» Try it
Copy the records below verbatim, from the first line through the line containing "v 7.714 1.182 3.844", inclusive, and output nothing else.

» Task input
-- -- --

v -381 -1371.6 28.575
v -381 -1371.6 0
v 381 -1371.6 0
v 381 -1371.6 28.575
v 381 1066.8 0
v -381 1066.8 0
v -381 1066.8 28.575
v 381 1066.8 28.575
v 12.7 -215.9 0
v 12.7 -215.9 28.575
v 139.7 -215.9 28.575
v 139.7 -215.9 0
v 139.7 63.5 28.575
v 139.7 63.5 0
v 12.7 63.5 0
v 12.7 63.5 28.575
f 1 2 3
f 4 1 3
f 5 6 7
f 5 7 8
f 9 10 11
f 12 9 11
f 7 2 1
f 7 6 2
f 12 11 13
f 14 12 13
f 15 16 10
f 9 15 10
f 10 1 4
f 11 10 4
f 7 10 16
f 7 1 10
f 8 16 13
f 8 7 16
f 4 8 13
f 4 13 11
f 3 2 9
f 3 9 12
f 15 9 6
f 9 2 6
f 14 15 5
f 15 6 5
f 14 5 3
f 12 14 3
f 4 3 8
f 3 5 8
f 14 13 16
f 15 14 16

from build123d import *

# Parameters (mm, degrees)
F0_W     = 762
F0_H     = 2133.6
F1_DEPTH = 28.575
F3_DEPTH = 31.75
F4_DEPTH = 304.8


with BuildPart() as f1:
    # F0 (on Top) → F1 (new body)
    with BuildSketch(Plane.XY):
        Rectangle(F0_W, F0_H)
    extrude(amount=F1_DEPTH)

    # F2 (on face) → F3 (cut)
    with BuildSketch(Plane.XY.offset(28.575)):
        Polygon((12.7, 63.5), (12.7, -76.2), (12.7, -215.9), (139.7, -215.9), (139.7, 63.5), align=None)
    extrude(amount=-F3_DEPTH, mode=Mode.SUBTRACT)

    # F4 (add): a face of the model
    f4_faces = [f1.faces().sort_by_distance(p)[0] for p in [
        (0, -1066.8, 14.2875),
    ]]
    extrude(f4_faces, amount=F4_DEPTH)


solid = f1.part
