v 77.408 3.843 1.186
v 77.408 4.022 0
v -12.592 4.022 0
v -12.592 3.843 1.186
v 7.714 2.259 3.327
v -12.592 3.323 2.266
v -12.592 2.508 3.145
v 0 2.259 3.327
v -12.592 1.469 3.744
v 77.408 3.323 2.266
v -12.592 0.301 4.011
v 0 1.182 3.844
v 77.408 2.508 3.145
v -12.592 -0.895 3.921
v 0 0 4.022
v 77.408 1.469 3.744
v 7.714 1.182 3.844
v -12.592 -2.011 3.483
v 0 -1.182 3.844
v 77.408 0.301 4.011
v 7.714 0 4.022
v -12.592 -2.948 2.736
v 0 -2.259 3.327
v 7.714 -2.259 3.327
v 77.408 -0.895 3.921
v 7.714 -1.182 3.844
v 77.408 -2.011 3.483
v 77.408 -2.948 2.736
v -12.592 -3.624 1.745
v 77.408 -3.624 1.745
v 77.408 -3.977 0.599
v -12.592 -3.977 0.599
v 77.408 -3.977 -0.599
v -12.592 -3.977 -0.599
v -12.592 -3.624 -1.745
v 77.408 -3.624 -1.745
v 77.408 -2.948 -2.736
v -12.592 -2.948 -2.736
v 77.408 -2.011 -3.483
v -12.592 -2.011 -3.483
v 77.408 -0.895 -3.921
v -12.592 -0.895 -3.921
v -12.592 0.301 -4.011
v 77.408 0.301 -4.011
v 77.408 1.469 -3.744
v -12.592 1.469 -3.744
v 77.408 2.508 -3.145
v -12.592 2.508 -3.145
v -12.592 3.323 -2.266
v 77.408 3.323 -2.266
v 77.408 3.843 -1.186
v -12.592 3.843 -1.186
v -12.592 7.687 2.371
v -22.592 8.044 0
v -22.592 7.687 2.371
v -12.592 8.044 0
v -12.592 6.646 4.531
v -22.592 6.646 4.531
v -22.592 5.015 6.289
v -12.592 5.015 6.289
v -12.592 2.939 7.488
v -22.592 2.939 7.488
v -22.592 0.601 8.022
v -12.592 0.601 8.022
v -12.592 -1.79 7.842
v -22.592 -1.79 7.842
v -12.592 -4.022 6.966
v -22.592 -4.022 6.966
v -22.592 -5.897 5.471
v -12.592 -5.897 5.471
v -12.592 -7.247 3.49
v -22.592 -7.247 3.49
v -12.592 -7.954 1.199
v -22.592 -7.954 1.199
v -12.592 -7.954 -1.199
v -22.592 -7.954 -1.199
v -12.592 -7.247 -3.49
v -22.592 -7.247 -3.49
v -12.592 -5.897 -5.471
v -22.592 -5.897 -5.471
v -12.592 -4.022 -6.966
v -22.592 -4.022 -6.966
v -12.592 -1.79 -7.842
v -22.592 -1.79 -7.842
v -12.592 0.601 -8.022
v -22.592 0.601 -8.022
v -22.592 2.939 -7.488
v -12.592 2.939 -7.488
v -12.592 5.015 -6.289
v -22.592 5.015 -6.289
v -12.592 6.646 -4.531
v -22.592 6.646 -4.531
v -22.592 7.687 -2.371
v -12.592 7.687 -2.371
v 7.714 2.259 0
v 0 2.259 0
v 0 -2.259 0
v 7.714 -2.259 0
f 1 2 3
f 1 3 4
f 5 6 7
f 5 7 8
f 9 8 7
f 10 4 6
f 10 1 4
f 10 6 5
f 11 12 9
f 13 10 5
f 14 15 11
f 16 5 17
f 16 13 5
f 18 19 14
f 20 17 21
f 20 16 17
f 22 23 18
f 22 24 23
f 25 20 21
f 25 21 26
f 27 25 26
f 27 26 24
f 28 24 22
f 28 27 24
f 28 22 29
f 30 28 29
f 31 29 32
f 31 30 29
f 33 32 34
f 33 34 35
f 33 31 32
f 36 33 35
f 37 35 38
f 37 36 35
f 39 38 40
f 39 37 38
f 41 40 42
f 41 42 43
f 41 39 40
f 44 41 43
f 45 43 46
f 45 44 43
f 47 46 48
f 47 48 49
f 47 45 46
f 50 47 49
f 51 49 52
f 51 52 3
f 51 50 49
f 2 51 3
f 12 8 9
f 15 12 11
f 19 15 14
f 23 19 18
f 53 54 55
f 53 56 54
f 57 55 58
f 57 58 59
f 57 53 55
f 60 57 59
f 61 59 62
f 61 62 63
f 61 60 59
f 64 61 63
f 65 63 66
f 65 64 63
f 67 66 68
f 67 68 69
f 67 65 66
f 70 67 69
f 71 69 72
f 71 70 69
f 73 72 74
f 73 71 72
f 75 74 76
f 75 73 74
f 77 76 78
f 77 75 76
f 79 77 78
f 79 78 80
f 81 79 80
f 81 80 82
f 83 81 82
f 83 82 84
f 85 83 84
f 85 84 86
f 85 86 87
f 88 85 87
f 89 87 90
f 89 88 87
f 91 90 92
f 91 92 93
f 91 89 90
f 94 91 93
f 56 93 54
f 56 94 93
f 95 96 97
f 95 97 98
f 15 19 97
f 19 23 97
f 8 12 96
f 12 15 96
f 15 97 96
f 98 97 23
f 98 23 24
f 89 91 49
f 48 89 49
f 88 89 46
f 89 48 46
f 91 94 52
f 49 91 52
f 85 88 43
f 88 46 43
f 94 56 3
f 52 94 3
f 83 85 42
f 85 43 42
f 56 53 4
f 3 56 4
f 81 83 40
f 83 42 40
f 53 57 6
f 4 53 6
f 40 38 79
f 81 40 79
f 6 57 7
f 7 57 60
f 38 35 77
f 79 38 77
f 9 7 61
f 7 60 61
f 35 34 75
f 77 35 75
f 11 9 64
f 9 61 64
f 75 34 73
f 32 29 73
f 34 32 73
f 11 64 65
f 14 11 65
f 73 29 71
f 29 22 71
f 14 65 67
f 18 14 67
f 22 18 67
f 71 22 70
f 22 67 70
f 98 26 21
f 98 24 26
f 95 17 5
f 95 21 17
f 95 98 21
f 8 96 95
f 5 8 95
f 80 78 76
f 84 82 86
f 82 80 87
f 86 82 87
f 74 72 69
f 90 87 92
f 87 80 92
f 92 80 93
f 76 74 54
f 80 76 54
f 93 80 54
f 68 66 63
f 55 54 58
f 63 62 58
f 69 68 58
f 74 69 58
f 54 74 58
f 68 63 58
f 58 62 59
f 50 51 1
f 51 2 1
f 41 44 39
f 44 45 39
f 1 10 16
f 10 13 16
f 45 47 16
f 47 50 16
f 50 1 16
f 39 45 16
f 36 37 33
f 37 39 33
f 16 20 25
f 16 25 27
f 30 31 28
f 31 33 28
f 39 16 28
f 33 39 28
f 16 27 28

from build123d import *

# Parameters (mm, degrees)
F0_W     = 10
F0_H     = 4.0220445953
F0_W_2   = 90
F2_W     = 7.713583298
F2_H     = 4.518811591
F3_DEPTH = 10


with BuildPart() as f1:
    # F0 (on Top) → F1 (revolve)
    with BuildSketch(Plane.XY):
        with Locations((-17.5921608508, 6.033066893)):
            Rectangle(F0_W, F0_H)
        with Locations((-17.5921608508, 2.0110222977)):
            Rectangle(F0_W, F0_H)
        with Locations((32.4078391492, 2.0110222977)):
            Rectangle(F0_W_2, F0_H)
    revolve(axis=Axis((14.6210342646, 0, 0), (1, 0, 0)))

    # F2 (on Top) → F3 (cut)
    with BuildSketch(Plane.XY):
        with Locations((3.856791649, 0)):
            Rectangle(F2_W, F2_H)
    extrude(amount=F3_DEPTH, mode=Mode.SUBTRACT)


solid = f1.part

-- -- --

» Task output
v -381 -1371.6 28.575
v -381 -1371.6 0
v 381 -1371.6 0
v 381 -1371.6 28.575
v 381 1066.8 0
v -381 1066.8 0
v -381 1066.8 28.575
v 381 1066.8 28.575
v 12.7 -215.9 0
v 12.7 -215.9 28.575
v 139.7 -215.9 28.575
v 139.7 -215.9 0
v 139.7 63.5 28.575
v 139.7 63.5 0
v 12.7 63.5 0
v 12.7 63.5 28.575
f 1 2 3
f 4 1 3
f 5 6 7
f 5 7 8
f 9 10 11
f 12 9 11
f 7 2 1
f 7 6 2
f 12 11 13
f 14 12 13
f 15 16 10
f 9 15 10
f 10 1 4
f 11 10 4
f 7 10 16
f 7 1 10
f 8 16 13
f 8 7 16
f 4 8 13
f 4 13 11
f 3 2 9
f 3 9 12
f 15 9 6
f 9 2 6
f 14 15 5
f 15 6 5
f 14 5 3
f 12 14 3
f 4 3 8
f 3 5 8
f 14 13 16
f 15 14 16

from build123d import *

# Parameters (mm, degrees)
F0_W     = 762
F0_H     = 2133.6
F1_DEPTH = 28.575
F3_DEPTH = 31.75
F4_DEPTH = 304.8


with BuildPart() as f1:
    # F0 (on Top) → F1 (new body)
    with BuildSketch(Plane.XY):
        Rectangle(F0_W, F0_H)
    extrude(amount=F1_DEPTH)

    # F2 (on face) → F3 (cut)
    with BuildSketch(Plane.XY.offset(28.575)):
        Polygon((12.7, 63.5), (12.7, -76.2), (12.7, -215.9), (139.7, -215.9), (139.7, 63.5), align=None)
    extrude(amount=-F3_DEPTH, mode=Mode.SUBTRACT)

    # F4 (add): a face of the model
    f4_faces = [f1.faces().sort_by_distance(p)[0] for p in [
        (0, -1066.8, 14.2875),
    ]]
    extrude(f4_faces, amount=F4_DEPTH)


solid = f1.part
v 77.408 3.843 1.186
v 77.408 4.022 0
v -12.592 4.022 0
v -12.592 3.843 1.186
v 7.714 2.259 3.327
v -12.592 3.323 2.266
v -12.592 2.508 3.145
v 0 2.259 3.327
v -12.592 1.469 3.744
v 77.408 3.323 2.266
v -12.592 0.301 4.011
v 0 1.182 3.844
v 77.408 2.508 3.145
v -12.592 -0.895 3.921
v 0 0 4.022
v 77.408 1.469 3.744
v 7.714 1.182 3.844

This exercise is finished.